We get $2$ on the first roll and $3$ on the second. Again rolling it twice we get $2$ and $3$. But the $2$ we got the second time is not the same $2$ as the first one. Its the other $2$ inscribed on the face of the die (the die has two $2$'s).

So, for the purpose of calculating the probability that the sum of the two rolls in a die will be a certain number $4$, say, will these two situations constitute distinct outcomes?

This is just a simplified, distilled example of a persistent problem I face in probability. Is there any way to think about outcomes that can make this clearer?


What you are asking is whether $(2,2)$ is a distinct outcome from $(2,2'), (2',2), \text{or } (2',2')$ where the result of $2$ and $2'$ are each from different faces of the die.

The answer is: it depends.   You can consider them four distinct outcomes, each with a probability mass of $1/36$, or you can consider them a single outcome with probability mass of $1/9$.   The choice of which model to use depends on which makes it easier to calculate the probability of your event.   As long as your model weighs the probability of its outcomes accurately it will not matter.

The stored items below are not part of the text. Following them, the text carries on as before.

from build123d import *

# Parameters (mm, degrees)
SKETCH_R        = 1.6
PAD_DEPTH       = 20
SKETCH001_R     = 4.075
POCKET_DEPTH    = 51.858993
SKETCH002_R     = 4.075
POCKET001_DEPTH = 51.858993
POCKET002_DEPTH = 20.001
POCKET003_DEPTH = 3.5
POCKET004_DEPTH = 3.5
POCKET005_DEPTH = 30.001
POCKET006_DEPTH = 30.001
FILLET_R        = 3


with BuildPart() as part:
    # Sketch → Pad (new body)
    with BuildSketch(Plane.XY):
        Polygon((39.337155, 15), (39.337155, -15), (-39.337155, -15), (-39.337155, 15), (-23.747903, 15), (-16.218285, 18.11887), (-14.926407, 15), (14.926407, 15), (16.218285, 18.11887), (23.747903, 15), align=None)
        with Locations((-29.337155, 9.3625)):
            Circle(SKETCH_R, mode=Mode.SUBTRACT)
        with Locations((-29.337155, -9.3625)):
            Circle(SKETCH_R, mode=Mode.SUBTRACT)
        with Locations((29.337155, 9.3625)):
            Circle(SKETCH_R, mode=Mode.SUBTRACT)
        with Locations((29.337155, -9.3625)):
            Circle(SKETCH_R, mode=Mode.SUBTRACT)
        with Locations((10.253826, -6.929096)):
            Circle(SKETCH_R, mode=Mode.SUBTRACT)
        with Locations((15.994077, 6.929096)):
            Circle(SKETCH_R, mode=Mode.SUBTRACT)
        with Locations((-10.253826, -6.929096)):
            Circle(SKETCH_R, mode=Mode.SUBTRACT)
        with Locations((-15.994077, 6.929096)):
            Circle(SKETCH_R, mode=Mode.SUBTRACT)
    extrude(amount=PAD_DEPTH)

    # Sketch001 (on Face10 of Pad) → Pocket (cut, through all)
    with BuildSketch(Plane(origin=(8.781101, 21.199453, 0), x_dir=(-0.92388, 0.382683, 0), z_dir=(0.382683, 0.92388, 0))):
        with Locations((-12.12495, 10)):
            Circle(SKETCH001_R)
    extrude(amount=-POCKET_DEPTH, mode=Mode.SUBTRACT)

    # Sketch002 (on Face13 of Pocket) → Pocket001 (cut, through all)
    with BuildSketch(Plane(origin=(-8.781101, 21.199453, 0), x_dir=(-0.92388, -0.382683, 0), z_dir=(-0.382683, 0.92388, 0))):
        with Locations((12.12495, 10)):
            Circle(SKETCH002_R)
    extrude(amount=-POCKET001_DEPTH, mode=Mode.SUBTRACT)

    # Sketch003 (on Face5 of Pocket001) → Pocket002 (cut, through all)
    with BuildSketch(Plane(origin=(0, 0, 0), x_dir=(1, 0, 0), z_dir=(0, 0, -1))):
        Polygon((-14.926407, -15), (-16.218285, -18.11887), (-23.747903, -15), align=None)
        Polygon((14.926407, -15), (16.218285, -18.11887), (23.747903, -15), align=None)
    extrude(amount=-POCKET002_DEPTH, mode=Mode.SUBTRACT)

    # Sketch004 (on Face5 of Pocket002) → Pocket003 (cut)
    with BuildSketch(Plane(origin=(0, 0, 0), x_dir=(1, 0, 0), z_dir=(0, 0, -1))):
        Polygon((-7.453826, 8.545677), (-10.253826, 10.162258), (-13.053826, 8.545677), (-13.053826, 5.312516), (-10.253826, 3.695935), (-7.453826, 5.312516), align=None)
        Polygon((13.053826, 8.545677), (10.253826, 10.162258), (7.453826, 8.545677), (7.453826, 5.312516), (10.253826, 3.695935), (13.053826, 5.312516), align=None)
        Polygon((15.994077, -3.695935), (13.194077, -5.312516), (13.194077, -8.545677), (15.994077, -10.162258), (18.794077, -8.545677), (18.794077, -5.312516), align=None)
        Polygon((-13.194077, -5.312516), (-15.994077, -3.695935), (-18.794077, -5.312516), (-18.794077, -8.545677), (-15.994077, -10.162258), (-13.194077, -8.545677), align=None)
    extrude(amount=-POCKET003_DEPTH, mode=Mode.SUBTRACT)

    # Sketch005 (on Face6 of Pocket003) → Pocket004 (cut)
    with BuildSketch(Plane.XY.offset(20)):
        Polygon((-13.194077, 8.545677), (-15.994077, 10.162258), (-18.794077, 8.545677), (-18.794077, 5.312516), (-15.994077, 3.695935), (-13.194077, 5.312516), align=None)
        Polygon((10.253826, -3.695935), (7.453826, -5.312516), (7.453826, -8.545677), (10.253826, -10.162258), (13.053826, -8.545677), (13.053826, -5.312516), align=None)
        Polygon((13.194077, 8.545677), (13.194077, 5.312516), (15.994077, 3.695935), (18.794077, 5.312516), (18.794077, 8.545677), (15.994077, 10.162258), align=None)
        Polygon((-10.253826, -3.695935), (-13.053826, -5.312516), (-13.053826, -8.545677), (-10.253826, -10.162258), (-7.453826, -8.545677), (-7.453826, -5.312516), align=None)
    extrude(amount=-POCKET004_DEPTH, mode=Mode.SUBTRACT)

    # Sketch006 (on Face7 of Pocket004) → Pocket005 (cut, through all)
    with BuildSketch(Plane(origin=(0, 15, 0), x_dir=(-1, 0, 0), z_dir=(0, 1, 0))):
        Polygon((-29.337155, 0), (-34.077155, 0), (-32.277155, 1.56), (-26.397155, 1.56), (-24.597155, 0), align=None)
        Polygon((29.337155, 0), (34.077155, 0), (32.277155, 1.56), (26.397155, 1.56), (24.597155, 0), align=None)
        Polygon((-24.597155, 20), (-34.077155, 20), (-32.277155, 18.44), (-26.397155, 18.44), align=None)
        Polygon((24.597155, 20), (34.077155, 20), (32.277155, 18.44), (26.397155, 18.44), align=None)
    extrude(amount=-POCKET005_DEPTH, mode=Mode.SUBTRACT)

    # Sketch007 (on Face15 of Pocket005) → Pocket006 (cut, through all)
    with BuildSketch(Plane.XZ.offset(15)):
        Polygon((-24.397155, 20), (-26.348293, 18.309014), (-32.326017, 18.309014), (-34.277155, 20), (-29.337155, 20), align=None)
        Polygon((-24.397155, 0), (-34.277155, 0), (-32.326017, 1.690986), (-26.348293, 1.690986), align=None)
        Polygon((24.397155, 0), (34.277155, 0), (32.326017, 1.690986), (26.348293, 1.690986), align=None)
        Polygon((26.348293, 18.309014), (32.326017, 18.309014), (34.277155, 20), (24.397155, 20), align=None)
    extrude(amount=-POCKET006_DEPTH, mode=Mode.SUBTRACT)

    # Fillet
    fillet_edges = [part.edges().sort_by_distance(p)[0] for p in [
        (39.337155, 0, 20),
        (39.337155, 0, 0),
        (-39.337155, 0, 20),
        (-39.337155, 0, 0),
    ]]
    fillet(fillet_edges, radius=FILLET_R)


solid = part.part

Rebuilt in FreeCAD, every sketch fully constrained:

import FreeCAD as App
import Part
import Sketcher
Q = App.Units.Quantity


def edges_at(feature, points):
    """Names of the edges that pass closest to the given points."""
    edges = feature.Shape.Edges
    near = lambda p: min(range(len(edges)), key=lambda i: edges[i].distToShape(Part.Vertex(*p))[0])
    return sorted({f"Edge{near(p) + 1}" for p in points})


def add_polygon(sketch, points):
    """Adds a closed chain of lines whose ends are joined by coincident constraints."""
    first, n = sketch.GeometryCount, len(points)
    for a, b in zip(points, points[1:] + points[:1]):
        sketch.addGeometry(Part.LineSegment(App.Vector(*a, 0), App.Vector(*b, 0)), False)
    for i in range(n):
        sketch.addConstraint(Sketcher.Constraint("Coincident", first + i, 2, first + (i + 1) % n, 1))

doc = App.newDocument("Part")
body = doc.addObject("PartDesign::Body", "Body")

# Sketch on XY plane
sketch1 = body.newObject("Sketcher::SketchObject", "Sketch")
sketch1.AttachmentSupport = (doc.getObject("XY_Plane"), [""])
sketch1.MapMode = "FlatFace"
add_polygon(sketch1, [(39.3, -15), (39.3, 15), (23.7, 15), (16.2, 18.1), (14.9, 15), (-14.9, 15), (-16.2, 18.1), (-23.7, 15), (-39.3, 15), (-39.3, -15)])  # lines 0-9
sketch1.addGeometry(Part.Circle(App.Vector(29.3, -9.4, 0), App.Vector(0, 0, 1), 1.6), False)  # 10
sketch1.addGeometry(Part.Circle(App.Vector(10.3, -6.9, 0), App.Vector(0, 0, 1), 1.6), False)  # 11
sketch1.addGeometry(Part.Circle(App.Vector(-10.3, -6.9, 0), App.Vector(0, 0, 1), 1.6), False)  # 12
sketch1.addGeometry(Part.Circle(App.Vector(-29.3, -9.4, 0), App.Vector(0, 0, 1), 1.6), False)  # 13
sketch1.addGeometry(Part.Circle(App.Vector(16, 6.9, 0), App.Vector(0, 0, 1), 1.6), False)  # 14
sketch1.addGeometry(Part.Circle(App.Vector(29.3, 9.4, 0), App.Vector(0, 0, 1), 1.6), False)  # 15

$$\begin{align} \mathsf P\big(\{(1,3), (2,2), (3,1)\}\big) & =\; \dfrac{2+4+2}{36} \\[2ex] \mathsf P\big(\{(1,3), (1,3'), (2,2), (2,2'), (2',2), (2',2'), (3,1), (3',1)\}\big) & =\; \dfrac{8}{36} \end{align}$$

The advantage of drilling down to a model of hidden distinct outcomes of equal probability is then you just need to count numbers of outcomes within an event; as you don't need to worry about assigning weights.

  • $\begingroup$ I'm afraid my problem is still not answered. What you have effectively told me is that $(2, 2)$ and $(2, 2')$ would be counted as distinct outcomes. Assigning weights is effectively 'merging' the outcomes into one compound outcome. What I want to know is why we call $(2, 2)$ and $(2, 2')$ different outcomes at all? Ideally, I was expecting a precise definition of an outcome, and then an explanation of how it resolves the specific problem in my question. $\endgroup$ – Gerard Mar 17 '15 at 12:18
  • $\begingroup$ An outcome is simply a distinct result of the experiment; in this case the ordered pair of results of two independent dice tosses. The sample space of the experiment is the set of all possible outcomes. Whether you consider two faces with the same number to be distinct or not is entirely your choice. $\endgroup$ – Graham Kemp Mar 17 '15 at 12:52

Outcomes are members of a sample space, also called a probability space; events are subsets of the sample space, also called the probability space. Thus if you throw a die twice, then among the outcomes are these three: $(3,1), (2,2),(1,3)$. Those are three outcomes. But the set $\{(3,1), (2,2),(1,3)\}$ is just one event, which can be described as the event that the sum is $4$.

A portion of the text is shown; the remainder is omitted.